When the Mind Wanders – Two Techniques from the Yoga Sut

If you’ve ever found yourself halfway through a pose only to realize your mind is somewhere else entirely—planning dinner, revisiting a conversation, drifting into judgment—you’re not alone. This is part of the human experience. The practice isn’t about never being distracted. It’s about recognizing when you are, and learning how to return.

Patanjali’s Yoga Sutras offer more than lofty ideals—they offer practical techniques for working with the mind. Two of them are especially relevant when it comes to rising thought waves: one helps us redirect the mind in the moment, and the other helps prevent those thoughts from building in the first place.

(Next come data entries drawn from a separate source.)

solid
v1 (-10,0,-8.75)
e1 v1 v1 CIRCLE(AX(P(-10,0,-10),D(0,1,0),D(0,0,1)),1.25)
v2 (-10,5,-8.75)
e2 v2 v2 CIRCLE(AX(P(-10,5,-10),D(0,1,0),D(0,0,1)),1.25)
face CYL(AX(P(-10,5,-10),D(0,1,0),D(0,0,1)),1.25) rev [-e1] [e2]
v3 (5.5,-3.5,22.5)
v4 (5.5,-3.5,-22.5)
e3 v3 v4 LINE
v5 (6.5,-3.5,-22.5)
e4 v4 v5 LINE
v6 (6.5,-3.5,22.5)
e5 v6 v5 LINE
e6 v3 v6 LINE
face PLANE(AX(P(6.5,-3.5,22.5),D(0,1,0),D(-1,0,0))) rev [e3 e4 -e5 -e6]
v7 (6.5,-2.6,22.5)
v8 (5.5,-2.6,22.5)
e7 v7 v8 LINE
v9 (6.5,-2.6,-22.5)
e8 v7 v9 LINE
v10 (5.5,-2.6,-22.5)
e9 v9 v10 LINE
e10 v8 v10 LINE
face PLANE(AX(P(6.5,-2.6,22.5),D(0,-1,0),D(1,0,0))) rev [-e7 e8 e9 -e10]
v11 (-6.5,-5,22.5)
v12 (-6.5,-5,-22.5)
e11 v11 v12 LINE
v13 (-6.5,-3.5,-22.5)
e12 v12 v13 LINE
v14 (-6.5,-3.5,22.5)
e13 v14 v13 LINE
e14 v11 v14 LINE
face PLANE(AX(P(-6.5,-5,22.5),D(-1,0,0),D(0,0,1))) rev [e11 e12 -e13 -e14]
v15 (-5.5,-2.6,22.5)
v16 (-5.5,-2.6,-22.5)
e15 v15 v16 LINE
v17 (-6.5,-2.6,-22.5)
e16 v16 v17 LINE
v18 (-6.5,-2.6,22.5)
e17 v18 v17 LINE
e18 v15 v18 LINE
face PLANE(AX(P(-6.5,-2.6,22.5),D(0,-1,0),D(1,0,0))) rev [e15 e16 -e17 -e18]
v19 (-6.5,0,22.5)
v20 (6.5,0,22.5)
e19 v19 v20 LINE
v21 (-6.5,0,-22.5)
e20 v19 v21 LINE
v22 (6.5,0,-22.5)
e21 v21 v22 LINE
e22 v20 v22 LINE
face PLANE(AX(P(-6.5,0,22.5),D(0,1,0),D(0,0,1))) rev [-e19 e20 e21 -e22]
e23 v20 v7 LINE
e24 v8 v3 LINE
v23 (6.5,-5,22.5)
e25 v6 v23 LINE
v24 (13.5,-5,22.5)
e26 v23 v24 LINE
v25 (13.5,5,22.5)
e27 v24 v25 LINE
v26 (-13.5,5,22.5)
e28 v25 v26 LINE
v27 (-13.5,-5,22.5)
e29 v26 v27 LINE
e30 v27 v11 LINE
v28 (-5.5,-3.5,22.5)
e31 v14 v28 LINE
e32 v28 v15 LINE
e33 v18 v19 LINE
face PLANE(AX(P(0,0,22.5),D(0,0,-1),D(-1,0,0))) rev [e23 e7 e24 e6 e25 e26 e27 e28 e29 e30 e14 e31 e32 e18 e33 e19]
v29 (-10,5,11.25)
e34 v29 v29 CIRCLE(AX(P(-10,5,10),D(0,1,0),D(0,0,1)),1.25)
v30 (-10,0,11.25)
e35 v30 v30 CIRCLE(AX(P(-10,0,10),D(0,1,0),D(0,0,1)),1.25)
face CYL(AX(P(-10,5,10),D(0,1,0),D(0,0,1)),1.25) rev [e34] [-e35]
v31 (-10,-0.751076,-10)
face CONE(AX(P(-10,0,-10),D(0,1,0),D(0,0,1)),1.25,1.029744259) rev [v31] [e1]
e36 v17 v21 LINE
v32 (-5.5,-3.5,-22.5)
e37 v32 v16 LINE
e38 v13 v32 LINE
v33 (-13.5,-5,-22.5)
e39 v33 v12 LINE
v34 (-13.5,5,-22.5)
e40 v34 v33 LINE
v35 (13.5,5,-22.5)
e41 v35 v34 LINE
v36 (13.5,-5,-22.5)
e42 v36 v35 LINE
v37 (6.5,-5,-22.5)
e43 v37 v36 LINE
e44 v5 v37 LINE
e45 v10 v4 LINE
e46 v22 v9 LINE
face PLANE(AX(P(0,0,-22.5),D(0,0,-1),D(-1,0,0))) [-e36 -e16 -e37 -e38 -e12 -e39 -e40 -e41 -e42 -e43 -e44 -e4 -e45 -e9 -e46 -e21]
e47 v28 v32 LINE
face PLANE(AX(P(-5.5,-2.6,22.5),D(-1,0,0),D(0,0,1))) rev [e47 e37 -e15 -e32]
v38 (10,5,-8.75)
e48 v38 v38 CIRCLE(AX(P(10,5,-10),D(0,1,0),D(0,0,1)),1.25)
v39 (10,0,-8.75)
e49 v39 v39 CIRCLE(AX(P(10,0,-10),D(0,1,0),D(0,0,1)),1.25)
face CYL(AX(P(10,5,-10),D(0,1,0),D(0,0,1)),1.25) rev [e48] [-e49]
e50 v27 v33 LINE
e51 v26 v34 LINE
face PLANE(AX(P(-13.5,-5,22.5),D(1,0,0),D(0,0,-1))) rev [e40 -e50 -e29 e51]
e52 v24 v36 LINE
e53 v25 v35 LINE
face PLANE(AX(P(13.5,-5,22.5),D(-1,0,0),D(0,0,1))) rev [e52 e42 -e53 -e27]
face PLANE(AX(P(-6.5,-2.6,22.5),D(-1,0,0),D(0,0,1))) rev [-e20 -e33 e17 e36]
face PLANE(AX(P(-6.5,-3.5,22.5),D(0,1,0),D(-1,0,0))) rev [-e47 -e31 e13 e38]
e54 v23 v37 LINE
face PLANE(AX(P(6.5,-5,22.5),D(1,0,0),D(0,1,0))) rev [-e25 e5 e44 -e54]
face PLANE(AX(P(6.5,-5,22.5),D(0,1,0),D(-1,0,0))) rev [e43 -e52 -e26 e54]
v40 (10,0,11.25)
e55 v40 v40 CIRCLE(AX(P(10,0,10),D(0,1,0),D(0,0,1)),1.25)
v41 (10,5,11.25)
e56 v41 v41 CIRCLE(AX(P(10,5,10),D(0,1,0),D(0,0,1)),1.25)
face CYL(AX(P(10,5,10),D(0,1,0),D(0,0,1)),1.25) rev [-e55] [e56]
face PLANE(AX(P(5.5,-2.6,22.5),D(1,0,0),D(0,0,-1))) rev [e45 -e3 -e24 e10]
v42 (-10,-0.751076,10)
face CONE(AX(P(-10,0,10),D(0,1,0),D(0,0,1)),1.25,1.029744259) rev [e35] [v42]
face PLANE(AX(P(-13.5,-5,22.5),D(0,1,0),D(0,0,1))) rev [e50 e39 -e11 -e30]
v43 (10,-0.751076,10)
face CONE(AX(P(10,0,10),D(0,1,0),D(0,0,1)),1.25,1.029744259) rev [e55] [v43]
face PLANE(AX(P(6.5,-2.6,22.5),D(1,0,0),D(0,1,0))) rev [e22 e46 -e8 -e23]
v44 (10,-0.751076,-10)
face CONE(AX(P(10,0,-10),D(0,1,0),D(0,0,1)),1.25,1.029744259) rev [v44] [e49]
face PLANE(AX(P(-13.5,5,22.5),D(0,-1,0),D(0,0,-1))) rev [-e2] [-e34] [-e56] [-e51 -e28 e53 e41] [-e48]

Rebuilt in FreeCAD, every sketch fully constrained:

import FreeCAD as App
import Part
import Sketcher
from FreeCAD import Vector


def add_polygon(sketch, points):
    """Adds a closed chain of lines whose ends are joined by coincident constraints."""
    first, n = sketch.GeometryCount, len(points)
    for a, b in zip(points, points[1:] + points[:1]):
        sketch.addGeometry(Part.LineSegment(App.Vector(*a, 0), App.Vector(*b, 0)), False)
    for i in range(n):
        sketch.addConstraint(Sketcher.Constraint("Coincident", first + i, 2, first + (i + 1) % n, 1))

doc = App.newDocument("Part")
params = doc.addObject("Spreadsheet::Sheet", "Params")
for row, (alias, value) in enumerate([
    ("sketch1_width", "7 mm"),
    ("sketch1_width2", "27 mm"),
    ("sketch1_width3", "1 mm"),
    ("sketch1_height", "10 mm"),
    ("sketch1_height2", "1.5 mm"),
    ("pad1_length", "45 mm"),
    ("sketch2_diameter", "2.5 mm"),
    ("hole_diameter", "2.5 mm"),
    ("hole_depth", "5 mm"),
], start=1):
    params.set(f"A{row}", alias)
    params.set(f"B{row}", "=" + value)
    params.setAlias(f"B{row}", alias)

body = doc.addObject("PartDesign::Body", "Body")

sketch1 = body.newObject("Sketcher::SketchObject", "Sketch")
sketch1.AttachmentSupport = (doc.getObject("XY_Plane"), [""])
sketch1.MapMode = "FlatFace"
add_polygon(sketch1, [(6.5, -5), (13.5, -5), (13.5, 5), (-13.5, 5), (-13.5, -5), (-6.5, -5), (-6.5, -3.5), (-5.5, -3.5), (-5.5, -2.6), (-6.5, -2.6), (-6.5, 0), (6.5, 0), (6.5, -2.6), (5.5, -2.6), (5.5, -3.5), (6.5, -3.5)])
sketch1.addConstraint([
    Sketcher.Constraint("Horizontal", 0),
    Sketcher.Constraint("Vertical", 1),
    Sketcher.Constraint("Horizontal", 2),
    Sketcher.Constraint("Vertical", 3),
    Sketcher.Constraint("Horizontal", 4),
    Sketcher.Constraint("Vertical", 5),
    Sketcher.Constraint("Horizontal", 6),
    Sketcher.Constraint("Vertical", 7),
    Sketcher.Constraint("Horizontal", 8),
    Sketcher.Constraint("Vertical", 9),
    Sketcher.Constraint("Horizontal", 10),
    Sketcher.Constraint("Vertical", 11),
    Sketcher.Constraint("Horizontal", 12),
    Sketcher.Constraint("Vertical", 13),
    Sketcher.Constraint("Horizontal", 14),
    Sketcher.Constraint("Vertical", 15),
    Sketcher.Constraint("Symmetric", 0, 2, 2, 2, -1, 1),
    Sketcher.Constraint("Symmetric", 9, 2, 10, 2, -1, 1),
    Sketcher.Constraint("Symmetric", 7, 2, 12, 2, -2),
    Sketcher.Constraint("Symmetric", 5, 2, 14, 2, -2),
    Sketcher.Constraint("Horizontal", 0, 2, 3, 2),
    Sketcher.Constraint("Vertical", 5, 2, 8, 2),
    Sketcher.Constraint("DistanceX", 0, 1, 0, 2, 7.0),
    Sketcher.Constraint("DistanceX", 2, 2, 2, 1, 27.0),
    Sketcher.Constraint("DistanceX", 6, 1, 6, 2, 1.0),
    Sketcher.Constraint("DistanceY", 1, 1, 1, 2, 10.0),
    Sketcher.Constraint("DistanceY", 5, 1, 5, 2, 1.5),
    Sketcher.Constraint("DistanceY", 7, 1, 7, 2, 0.9),
])
sketch1.setExpression("Constraints[38]", "Params.sketch1_width")
sketch1.setExpression("Constraints[39]", "Params.sketch1_width2")
sketch1.setExpression("Constraints[40]", "Params.sketch1_width3")
sketch1.setExpression("Constraints[41]", "Params.sketch1_height")
sketch1.setExpression("Constraints[42]", "Params.sketch1_height2")
pad1 = body.newObject("PartDesign::Pad", "Pad")
pad1.Profile = sketch1
pad1.setExpression("Length", "Params.pad1_length")
pad1.Midplane = True

sketch2 = body.newObject("Sketcher::SketchObject", "Sketch001")
sketch2.AttachmentSupport = (doc.getObject("XZ_Plane"), [""])
sketch2.MapMode = "FlatFace"
sketch2.AttachmentOffset = App.Placement(Vector(0, 0, -5), App.Rotation())
sketch2.addGeometry([
    Part.Circle(Vector(-10, -10, 0), Vector(0, 0, 1), 1.2),
    Part.Circle(Vector(-10, 10, 0), Vector(0, 0, 1), 1.2),
    Part.Circle(Vector(10, 10, 0), Vector(0, 0, 1), 1.2),
    Part.Circle(Vector(10, -10, 0), Vector(0, 0, 1), 1.2),
], False)
sketch2.addConstraint([
    Sketcher.Constraint("Equal", 0, 1),
    Sketcher.Constraint("Equal", 1, 2),
    Sketcher.Constraint("Equal", 2, 3),
    Sketcher.Constraint("Symmetric", 0, 3, 2, 3, -1, 1),
    Sketcher.Constraint("Symmetric", 1, 3, 3, 3, -1, 1),
    Sketcher.Constraint("Symmetric", 1, 3, 2, 3, -2),
    Sketcher.Constraint("Diameter", 0, 2.5),
    Sketcher.Constraint("DistanceX", 0, 3, -1, 1, 10.0),
    Sketcher.Constraint("DistanceY", 0, 3, -1, 1, 10.0),
])
sketch2.setExpression("Constraints[6]", "Params.sketch2_diameter")
doc.recompute()
hole = body.newObject("PartDesign::Hole", "Hole")
hole.Profile = sketch2
hole.ThreadType = "None"
hole.setExpression("Diameter", "Params.hole_diameter")
hole.DepthType = "Dimension"
hole.setExpression("Depth", "Params.hole_depth")
hole.DrillPoint = "Angled"
hole.DrillPointAngle = 118
hole.Reversed = True

doc.recompute()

1. Subduing the Thought as It Arises (Yoga Sutra II.11)

“These fluctuations are to be subdued through meditation.”
(dhyāna-heyāḥ tad-vṛttayaḥ)

Here, Patanjali is referring to the subtle mental patterns that take shape in our consciousness. When we sit, breathe, or hold a pose with attention, we begin to see them. The practice is not to fight or suppress them—but to notice their rise and gently guide the attention elsewhere.

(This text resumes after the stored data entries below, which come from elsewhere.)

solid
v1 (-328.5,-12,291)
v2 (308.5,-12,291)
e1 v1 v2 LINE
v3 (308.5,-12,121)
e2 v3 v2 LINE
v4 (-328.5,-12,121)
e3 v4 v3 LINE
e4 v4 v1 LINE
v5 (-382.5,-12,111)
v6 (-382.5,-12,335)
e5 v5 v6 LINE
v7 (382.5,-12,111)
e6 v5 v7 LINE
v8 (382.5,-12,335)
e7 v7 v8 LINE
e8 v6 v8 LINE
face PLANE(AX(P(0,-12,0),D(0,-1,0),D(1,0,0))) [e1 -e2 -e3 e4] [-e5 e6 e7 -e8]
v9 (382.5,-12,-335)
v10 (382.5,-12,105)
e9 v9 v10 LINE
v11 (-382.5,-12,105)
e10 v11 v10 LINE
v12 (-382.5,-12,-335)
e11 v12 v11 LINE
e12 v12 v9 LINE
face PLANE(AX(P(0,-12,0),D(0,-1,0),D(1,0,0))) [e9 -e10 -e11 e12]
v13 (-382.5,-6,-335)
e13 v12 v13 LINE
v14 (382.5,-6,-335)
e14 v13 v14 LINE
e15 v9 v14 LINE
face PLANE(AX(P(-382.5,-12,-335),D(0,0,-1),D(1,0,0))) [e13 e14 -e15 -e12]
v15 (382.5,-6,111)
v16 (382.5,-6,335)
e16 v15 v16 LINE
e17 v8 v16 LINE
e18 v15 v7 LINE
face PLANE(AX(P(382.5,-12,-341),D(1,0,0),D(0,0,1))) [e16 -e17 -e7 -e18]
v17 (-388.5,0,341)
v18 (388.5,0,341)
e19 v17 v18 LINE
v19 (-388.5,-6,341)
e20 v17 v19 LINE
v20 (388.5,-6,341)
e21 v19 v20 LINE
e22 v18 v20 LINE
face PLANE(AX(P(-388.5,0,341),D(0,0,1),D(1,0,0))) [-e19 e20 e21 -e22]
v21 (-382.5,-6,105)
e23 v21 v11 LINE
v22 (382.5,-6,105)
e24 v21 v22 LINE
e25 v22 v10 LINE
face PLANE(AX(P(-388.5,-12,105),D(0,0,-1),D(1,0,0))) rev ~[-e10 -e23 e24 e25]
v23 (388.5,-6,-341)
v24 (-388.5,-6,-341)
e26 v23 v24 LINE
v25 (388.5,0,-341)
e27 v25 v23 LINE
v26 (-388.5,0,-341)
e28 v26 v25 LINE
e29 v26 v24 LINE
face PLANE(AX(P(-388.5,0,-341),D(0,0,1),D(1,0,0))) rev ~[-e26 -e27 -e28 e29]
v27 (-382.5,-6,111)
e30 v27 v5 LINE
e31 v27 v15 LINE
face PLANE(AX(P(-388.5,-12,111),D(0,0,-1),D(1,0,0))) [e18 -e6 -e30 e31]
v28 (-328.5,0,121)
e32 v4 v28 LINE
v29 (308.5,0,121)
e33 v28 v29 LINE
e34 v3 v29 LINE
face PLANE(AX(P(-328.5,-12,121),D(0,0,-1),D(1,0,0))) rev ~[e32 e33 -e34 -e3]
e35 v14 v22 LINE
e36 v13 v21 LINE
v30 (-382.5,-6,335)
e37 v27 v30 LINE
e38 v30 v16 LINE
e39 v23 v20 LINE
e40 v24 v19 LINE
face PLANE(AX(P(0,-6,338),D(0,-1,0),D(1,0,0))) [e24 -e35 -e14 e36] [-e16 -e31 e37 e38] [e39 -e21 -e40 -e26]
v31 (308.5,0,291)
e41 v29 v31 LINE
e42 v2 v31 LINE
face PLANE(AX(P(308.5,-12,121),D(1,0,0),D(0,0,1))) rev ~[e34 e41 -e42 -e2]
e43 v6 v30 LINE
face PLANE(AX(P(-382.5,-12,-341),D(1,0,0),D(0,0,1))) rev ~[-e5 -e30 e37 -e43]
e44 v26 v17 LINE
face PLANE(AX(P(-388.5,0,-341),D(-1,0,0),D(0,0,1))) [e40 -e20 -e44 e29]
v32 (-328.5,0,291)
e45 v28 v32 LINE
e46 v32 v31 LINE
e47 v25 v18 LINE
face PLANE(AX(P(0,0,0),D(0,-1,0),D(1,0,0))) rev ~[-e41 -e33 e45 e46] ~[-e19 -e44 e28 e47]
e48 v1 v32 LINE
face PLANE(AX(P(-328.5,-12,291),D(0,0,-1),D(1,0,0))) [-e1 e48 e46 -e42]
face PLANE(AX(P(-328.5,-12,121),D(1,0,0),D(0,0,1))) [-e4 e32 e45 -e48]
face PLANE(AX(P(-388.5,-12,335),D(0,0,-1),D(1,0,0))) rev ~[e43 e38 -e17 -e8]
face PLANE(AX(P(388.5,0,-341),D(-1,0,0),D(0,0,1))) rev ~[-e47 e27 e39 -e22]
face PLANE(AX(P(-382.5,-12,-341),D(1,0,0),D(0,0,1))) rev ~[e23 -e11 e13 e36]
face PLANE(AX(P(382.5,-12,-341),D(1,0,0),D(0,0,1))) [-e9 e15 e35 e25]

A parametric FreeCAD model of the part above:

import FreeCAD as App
import Part
import Sketcher
from FreeCAD import Vector

doc = App.newDocument("Part")
body = doc.addObject("PartDesign::Body", "Body")

sketch1 = body.newObject("Sketcher::SketchObject", "Sketch")
sketch1.AttachmentSupport = (doc.getObject("XZ_Plane"), [""])
sketch1.MapMode = "FlatFace"
sketch1.addGeometry(Part.LineSegment(Vector(-388, 341, 0), Vector(-388, -341, 0)), False)
sketch1.addGeometry(Part.LineSegment(Vector(-388, -341, 0), Vector(388, -341, 0)), False)
sketch1.addGeometry(Part.LineSegment(Vector(388, -341, 0), Vector(388, 341, 0)), False)
sketch1.addGeometry(Part.LineSegment(Vector(388, 341, 0), Vector(-388, 341, 0)), False)
sketch1.addConstraint(Sketcher.Constraint("Coincident", 0, 2, 1, 1))
sketch1.addConstraint(Sketcher.Constraint("Coincident", 1, 2, 2, 1))
sketch1.addConstraint(Sketcher.Constraint("Coincident", 2, 2, 3, 1))
sketch1.addConstraint(Sketcher.Constraint("Coincident", 3, 2, 0, 1))
sketch1.addConstraint(Sketcher.Constraint("Vertical", 0))
sketch1.addConstraint(Sketcher.Constraint("Horizontal", 1))
sketch1.addConstraint(Sketcher.Constraint("Vertical", 2))
sketch1.addConstraint(Sketcher.Constraint("Horizontal", 3))
sketch1.addConstraint(Sketcher.Constraint("Symmetric", 0, 2, 2, 2, -1, 1))
sketch1.addConstraint(Sketcher.Constraint("DistanceX", 1, 1, 1, 2, 777.0))
sketch1.addConstraint(Sketcher.Constraint("DistanceY", 0, 2, 0, 1, 682.0))
pad1 = body.newObject("PartDesign::Pad", "Pad")
pad1.Profile = sketch1
pad1.Length = 12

This is what B.K.S. Iyengar called cultivating the witness consciousness—observing the mind without getting pulled along by it. You start to feel when a thought is forming, and in that moment, you can return to the breath, the body, the present.

That moment of return is the practice.

2. Preventing Disturbance Through Mantra (Yoga Sutra I.29)

“Through repetition [of Om] and reflection on its meaning, obstacles are removed and consciousness turns inward.”
(taj-japas tad-arthabhāvanam)

This is a technique for preparing the mind. Instead of waiting to get distracted, we anchor ourselves in something steady—like the repetition of Om.

Geeta Iyengar, daughter of B.K.S. Iyengar, emphasized the transformative power of the Om mantra. She viewed it not just as a sound, but as a bridge to inner peace and spiritual connection. Om, she said, is the sound of the inner self—a way to align with the universal rhythm and settle the mind into something deeper.

When practiced with quiet reflection, japa can shift the inner landscape. The thoughts don’t have as much fuel. The breath slows. A new kind of quiet becomes possible.

Neither of these techniques is about perfection. They're about attention. About noticing what the mind does—and remembering that we have the tools to come back.

Whether you pause in the moment (II.11), or set the tone with mantra (I.29), the effect is the same: greater steadiness, deeper clarity, and a more spacious relationship with thought.

That’s where practice begins to change us.